**What is being asked:** Print, from the listing below, the lines starting at the line containing "HUBNEARBOTH_DEPTH = 1.0000254" and ending at the line containing "Circle(HUBNEABOTSKE_R)", exactly as they stand, and print nothing else.
(Data section begins)
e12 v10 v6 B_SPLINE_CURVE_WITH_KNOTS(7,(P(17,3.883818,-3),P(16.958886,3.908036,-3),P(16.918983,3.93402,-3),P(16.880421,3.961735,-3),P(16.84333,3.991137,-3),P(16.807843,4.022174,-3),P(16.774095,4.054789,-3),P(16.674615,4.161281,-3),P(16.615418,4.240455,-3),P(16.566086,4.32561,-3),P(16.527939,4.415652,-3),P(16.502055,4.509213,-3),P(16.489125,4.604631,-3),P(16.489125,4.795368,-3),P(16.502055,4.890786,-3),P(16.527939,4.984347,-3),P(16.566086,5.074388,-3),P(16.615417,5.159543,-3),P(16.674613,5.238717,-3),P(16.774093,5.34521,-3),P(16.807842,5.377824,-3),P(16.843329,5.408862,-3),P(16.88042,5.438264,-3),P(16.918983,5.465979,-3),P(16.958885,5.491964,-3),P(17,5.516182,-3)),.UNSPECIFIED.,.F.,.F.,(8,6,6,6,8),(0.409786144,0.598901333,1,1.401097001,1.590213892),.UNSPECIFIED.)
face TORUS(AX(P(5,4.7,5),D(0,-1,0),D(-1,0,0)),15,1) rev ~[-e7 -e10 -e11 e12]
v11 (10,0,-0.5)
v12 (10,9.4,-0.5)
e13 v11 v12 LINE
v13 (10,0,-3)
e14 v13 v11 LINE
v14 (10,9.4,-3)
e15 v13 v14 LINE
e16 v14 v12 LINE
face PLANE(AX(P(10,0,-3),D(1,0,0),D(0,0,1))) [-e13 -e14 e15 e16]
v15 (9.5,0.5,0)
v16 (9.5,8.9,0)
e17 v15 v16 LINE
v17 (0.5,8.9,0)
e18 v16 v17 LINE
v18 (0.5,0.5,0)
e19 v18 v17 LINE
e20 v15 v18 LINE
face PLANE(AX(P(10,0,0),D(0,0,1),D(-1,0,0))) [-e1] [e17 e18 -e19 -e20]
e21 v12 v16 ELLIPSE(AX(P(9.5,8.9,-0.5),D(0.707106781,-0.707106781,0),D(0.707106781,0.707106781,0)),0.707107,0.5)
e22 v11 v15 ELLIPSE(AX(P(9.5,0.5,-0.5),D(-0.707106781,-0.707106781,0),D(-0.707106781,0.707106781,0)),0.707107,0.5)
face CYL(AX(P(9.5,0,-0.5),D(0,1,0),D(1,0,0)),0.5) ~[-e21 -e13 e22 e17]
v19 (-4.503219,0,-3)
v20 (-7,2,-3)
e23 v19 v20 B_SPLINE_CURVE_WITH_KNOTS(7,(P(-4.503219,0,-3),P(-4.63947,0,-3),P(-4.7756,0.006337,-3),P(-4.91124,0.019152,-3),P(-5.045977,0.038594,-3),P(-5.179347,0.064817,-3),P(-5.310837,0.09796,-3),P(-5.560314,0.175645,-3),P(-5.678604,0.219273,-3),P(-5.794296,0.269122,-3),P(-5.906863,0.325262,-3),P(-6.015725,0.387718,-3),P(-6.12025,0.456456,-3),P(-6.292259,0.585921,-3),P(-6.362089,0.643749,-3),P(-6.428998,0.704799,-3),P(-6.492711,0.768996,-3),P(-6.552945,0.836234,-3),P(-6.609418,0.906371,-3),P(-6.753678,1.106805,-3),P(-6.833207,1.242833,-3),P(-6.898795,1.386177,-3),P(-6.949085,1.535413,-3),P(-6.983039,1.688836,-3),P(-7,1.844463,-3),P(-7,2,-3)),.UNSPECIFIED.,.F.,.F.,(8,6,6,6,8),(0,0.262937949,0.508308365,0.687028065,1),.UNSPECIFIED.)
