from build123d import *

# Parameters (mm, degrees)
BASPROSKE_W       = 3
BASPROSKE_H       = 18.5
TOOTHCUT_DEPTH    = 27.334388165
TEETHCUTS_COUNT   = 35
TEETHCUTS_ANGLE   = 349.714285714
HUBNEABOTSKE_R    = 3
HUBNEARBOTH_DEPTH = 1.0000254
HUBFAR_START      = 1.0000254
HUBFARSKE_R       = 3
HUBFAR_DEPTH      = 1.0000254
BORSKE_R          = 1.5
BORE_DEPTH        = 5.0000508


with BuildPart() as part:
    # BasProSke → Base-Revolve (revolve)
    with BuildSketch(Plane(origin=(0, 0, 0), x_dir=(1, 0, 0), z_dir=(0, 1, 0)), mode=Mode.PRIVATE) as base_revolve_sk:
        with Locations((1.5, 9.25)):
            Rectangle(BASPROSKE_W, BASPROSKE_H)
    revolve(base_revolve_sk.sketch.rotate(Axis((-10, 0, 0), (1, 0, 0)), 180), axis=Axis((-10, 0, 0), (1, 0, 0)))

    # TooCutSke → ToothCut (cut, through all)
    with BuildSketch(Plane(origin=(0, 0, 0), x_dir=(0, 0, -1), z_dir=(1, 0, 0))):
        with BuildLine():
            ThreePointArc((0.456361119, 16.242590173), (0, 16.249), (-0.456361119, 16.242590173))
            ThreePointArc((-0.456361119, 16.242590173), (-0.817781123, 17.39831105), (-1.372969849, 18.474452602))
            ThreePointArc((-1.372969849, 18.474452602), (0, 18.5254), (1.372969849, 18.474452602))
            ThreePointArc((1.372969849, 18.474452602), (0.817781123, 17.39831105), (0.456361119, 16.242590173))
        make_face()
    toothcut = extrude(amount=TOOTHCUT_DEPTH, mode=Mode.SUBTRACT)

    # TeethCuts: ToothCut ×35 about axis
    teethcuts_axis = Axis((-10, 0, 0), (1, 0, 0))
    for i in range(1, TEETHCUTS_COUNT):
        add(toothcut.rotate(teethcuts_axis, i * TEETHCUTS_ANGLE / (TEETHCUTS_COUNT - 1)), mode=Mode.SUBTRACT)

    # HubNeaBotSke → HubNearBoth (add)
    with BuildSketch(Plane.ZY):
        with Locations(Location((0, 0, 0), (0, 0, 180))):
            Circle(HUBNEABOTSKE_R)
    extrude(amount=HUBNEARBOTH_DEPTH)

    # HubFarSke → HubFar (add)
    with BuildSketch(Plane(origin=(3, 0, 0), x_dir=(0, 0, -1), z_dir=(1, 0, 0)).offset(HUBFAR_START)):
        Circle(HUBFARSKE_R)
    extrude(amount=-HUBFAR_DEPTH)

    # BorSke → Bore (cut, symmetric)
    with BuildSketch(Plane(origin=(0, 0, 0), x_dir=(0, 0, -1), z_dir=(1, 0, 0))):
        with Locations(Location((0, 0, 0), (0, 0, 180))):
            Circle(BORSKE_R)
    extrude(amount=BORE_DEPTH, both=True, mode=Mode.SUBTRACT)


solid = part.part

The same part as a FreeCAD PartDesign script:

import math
import FreeCAD as App
import Part
import Sketcher
from FreeCAD import Vector
Q = App.Units.Quantity


def add_polygon(sketch, points):
    """Adds a closed chain of lines whose ends are joined by coincident constraints."""
    first, n = sketch.GeometryCount, len(points)
    for a, b in zip(points, points[1:] + points[:1]):
        sketch.addGeometry(Part.LineSegment(App.Vector(*a, 0), App.Vector(*b, 0)), False)
    for i in range(n):
        sketch.addConstraint(Sketcher.Constraint("Coincident", first + i, 2, first + (i + 1) % n, 1))

doc = App.newDocument("Part")
body = doc.addObject("PartDesign::Body", "Body")

# Sketch on XZ plane
sketch1 = body.newObject("Sketcher::SketchObject", "Sketch")
sketch1.AttachmentSupport = (doc.getObject("XZ_Plane"), [""])
sketch1.MapMode = "FlatFace"
add_polygon(sketch1, [(0, -18.5), (0, 0), (3, 0), (3, -18.5)])  # lines 0-3
sketch1.addConstraint([
    Sketcher.Constraint("Vertical", 0),
    Sketcher.Constraint("Horizontal", 1),
    Sketcher.Constraint("Vertical", 2),
    Sketcher.Constraint("Horizontal", 3),
    Sketcher.Constraint("Coincident", 0, 2, -1, 1),
    Sketcher.Constraint("DistanceX", 1, 1, 1, 2, Q("3 mm")),
    Sketcher.Constraint("DistanceY", 0, 1, 0, 2, Q("18.5 mm")),
])
revolution = body.newObject("PartDesign::Revolution", "Revolution")
revolution.Profile = sketch1
revolution.ReferenceAxis = (sketch1, ["H_Axis"])
revolution.Angle = 360

# Sketch on YZ plane
sketch2 = body.newObject("Sketcher::SketchObject", "Sketch001")
sketch2.AttachmentSupport = (doc.getObject("YZ_Plane"), [""])
sketch2.MapMode = "FlatFace"
sketch2.addGeometry([
    Part.ArcOfCircle(Part.Circle(Vector(0, 0, 0), Vector(0, 0, 1), 16.2), math.radians(-1.61), math.radians(1.61)),
    Part.ArcOfCircle(Part.Circle(Vector(14.7, -7.3, 0), Vector(0, 0, 1), 7), math.radians(57.75), math.radians(77.6)),
    Part.ArcOfCircle(Part.Circle(Vector(0, 0, 0), Vector(0, 0, 1), 18.5), math.radians(-4.25), math.radians(4.25)),
    Part.ArcOfCircle(Part.Circle(Vector(14.7, 7.3, 0), Vector(0, 0, 1), 7), math.radians(-77.6), math.radians(-57.75)),
], False)
sketch2.addConstraint([
    Sketcher.Constraint("Coincident", 0, 1, 1, 2),
    Sketcher.Constraint("Coincident", 1, 1, 2, 1),
    Sketcher.Constraint("Coincident", 2, 2, 3, 2),
    Sketcher.Constraint("Coincident", 3, 1, 0, 2),
    Sketcher.Constraint("Coincident", 0, 3, -1, 1),
    Sketcher.Constraint("Coincident", 2, 3, -1, 1),
    Sketcher.Constraint("Equal", 1, 3),
    Sketcher.Constraint("Symmetric", 1, 3, 3, 3, -1),
    Sketcher.Constraint("Radius", 1, Q("7 mm")),
    Sketcher.Constraint("Radius", 0, Q("16.249 mm")),
    Sketcher.Constraint("Radius", 2, Q("18.5254 mm")),
    Sketcher.Constraint("DistanceY", 1, 3, 1, 1, Q("5.92 mm")),
    Sketcher.Constraint("DistanceX", -1, 1, 1, 3, Q("14.739001 mm")),
])
pocket1 = body.newObject("PartDesign::Pocket", "Pocket")
pocket1.Profile = sketch2
pocket1.Type = "ThroughAll"
pocket1.Reversed = True
doc.recompute()

polarpattern = body.newObject("PartDesign::PolarPattern", "PolarPattern")
polarpattern.Originals = [pocket1]
polarpattern.Axis = (doc.getObject("X_Axis"), [""])
polarpattern.Angle = 360
polarpattern.Occurrences = 35
body.Tip = polarpattern

# Sketch on YZ plane
sketch3 = body.newObject("Sketcher::SketchObject", "Sketch002")
sketch3.AttachmentSupport = (doc.getObject("YZ_Plane"), [""])
sketch3.MapMode = "FlatFace"
sketch3.addGeometry(Part.Circle(Vector(0, 0, 0), Vector(0, 0, 1), 3), False)
sketch3.addConstraint([
    Sketcher.Constraint("Coincident", 0, 3, -1, 1),
    Sketcher.Constraint("Diameter", 0, Q("6 mm")),
])
pad1 = body.newObject("PartDesign::Pad", "Pad")
pad1.Profile = sketch3
pad1.Length = 1.000025
pad1.Reversed = True

# Sketch on YZ plane
sketch4 = body.newObject("Sketcher::SketchObject", "Sketch003")
sketch4.AttachmentSupport = (doc.getObject("YZ_Plane"), [""])
sketch4.MapMode = "FlatFace"
sketch4.AttachmentOffset = App.Placement(Vector(0, 0, 4.000025), App.Rotation())
sketch4.addGeometry(Part.Circle(Vector(0, 0, 0), Vector(0, 0, 1), 3), False)
sketch4.addConstraint([
    Sketcher.Constraint("Coincident", 0, 3, -1, 1),
    Sketcher.Constraint("Diameter", 0, Q("6 mm")),
])
pad2 = body.newObject("PartDesign::Pad", "Pad001")
pad2.Profile = sketch4
pad2.Length = 1.000025
pad2.Reversed = True

# Sketch on YZ plane
sketch5 = body.newObject("Sketcher::SketchObject", "Sketch004")
sketch5.AttachmentSupport = (doc.getObject("YZ_Plane"), [""])
sketch5.MapMode = "FlatFace"
sketch5.addGeometry(Part.Circle(Vector(0, 0, 0), Vector(0, 0, 1), 1.5), False)
sketch5.addConstraint([
    Sketcher.Constraint("Coincident", 0, 3, -1, 1),
    Sketcher.Constraint("Diameter", 0, Q("3 mm")),
])
pocket2 = body.newObject("PartDesign::Pocket", "Pocket001")
pocket2.Profile = sketch5
pocket2.Length = 10.000102
pocket2.Midplane = True

doc.recompute()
(Data section ends)
**Answer to this task:**
HUBNEARBOTH_DEPTH = 1.0000254
HUBFAR_START      = 1.0000254
HUBFARSKE_R       = 3
HUBFAR_DEPTH      = 1.0000254
BORSKE_R          = 1.5
BORE_DEPTH        = 5.0000508


with BuildPart() as part:
    # BasProSke → Base-Revolve (revolve)
    with BuildSketch(Plane(origin=(0, 0, 0), x_dir=(1, 0, 0), z_dir=(0, 1, 0)), mode=Mode.PRIVATE) as base_revolve_sk:
        with Locations((1.5, 9.25)):
            Rectangle(BASPROSKE_W, BASPROSKE_H)
    revolve(base_revolve_sk.sketch.rotate(Axis((-10, 0, 0), (1, 0, 0)), 180), axis=Axis((-10, 0, 0), (1, 0, 0)))

    # TooCutSke → ToothCut (cut, through all)
    with BuildSketch(Plane(origin=(0, 0, 0), x_dir=(0, 0, -1), z_dir=(1, 0, 0))):
        with BuildLine():
            ThreePointArc((0.456361119, 16.242590173), (0, 16.249), (-0.456361119, 16.242590173))
            ThreePointArc((-0.456361119, 16.242590173), (-0.817781123, 17.39831105), (-1.372969849, 18.474452602))
            ThreePointArc((-1.372969849, 18.474452602), (0, 18.5254), (1.372969849, 18.474452602))
            ThreePointArc((1.372969849, 18.474452602), (0.817781123, 17.39831105), (0.456361119, 16.242590173))
        make_face()
    toothcut = extrude(amount=TOOTHCUT_DEPTH, mode=Mode.SUBTRACT)

    # TeethCuts: ToothCut ×35 about axis
    teethcuts_axis = Axis((-10, 0, 0), (1, 0, 0))
    for i in range(1, TEETHCUTS_COUNT):
        add(toothcut.rotate(teethcuts_axis, i * TEETHCUTS_ANGLE / (TEETHCUTS_COUNT - 1)), mode=Mode.SUBTRACT)

    # HubNeaBotSke → HubNearBoth (add)
    with BuildSketch(Plane.ZY):
        with Locations(Location((0, 0, 0), (0, 0, 180))):
            Circle(HUBNEABOTSKE_R)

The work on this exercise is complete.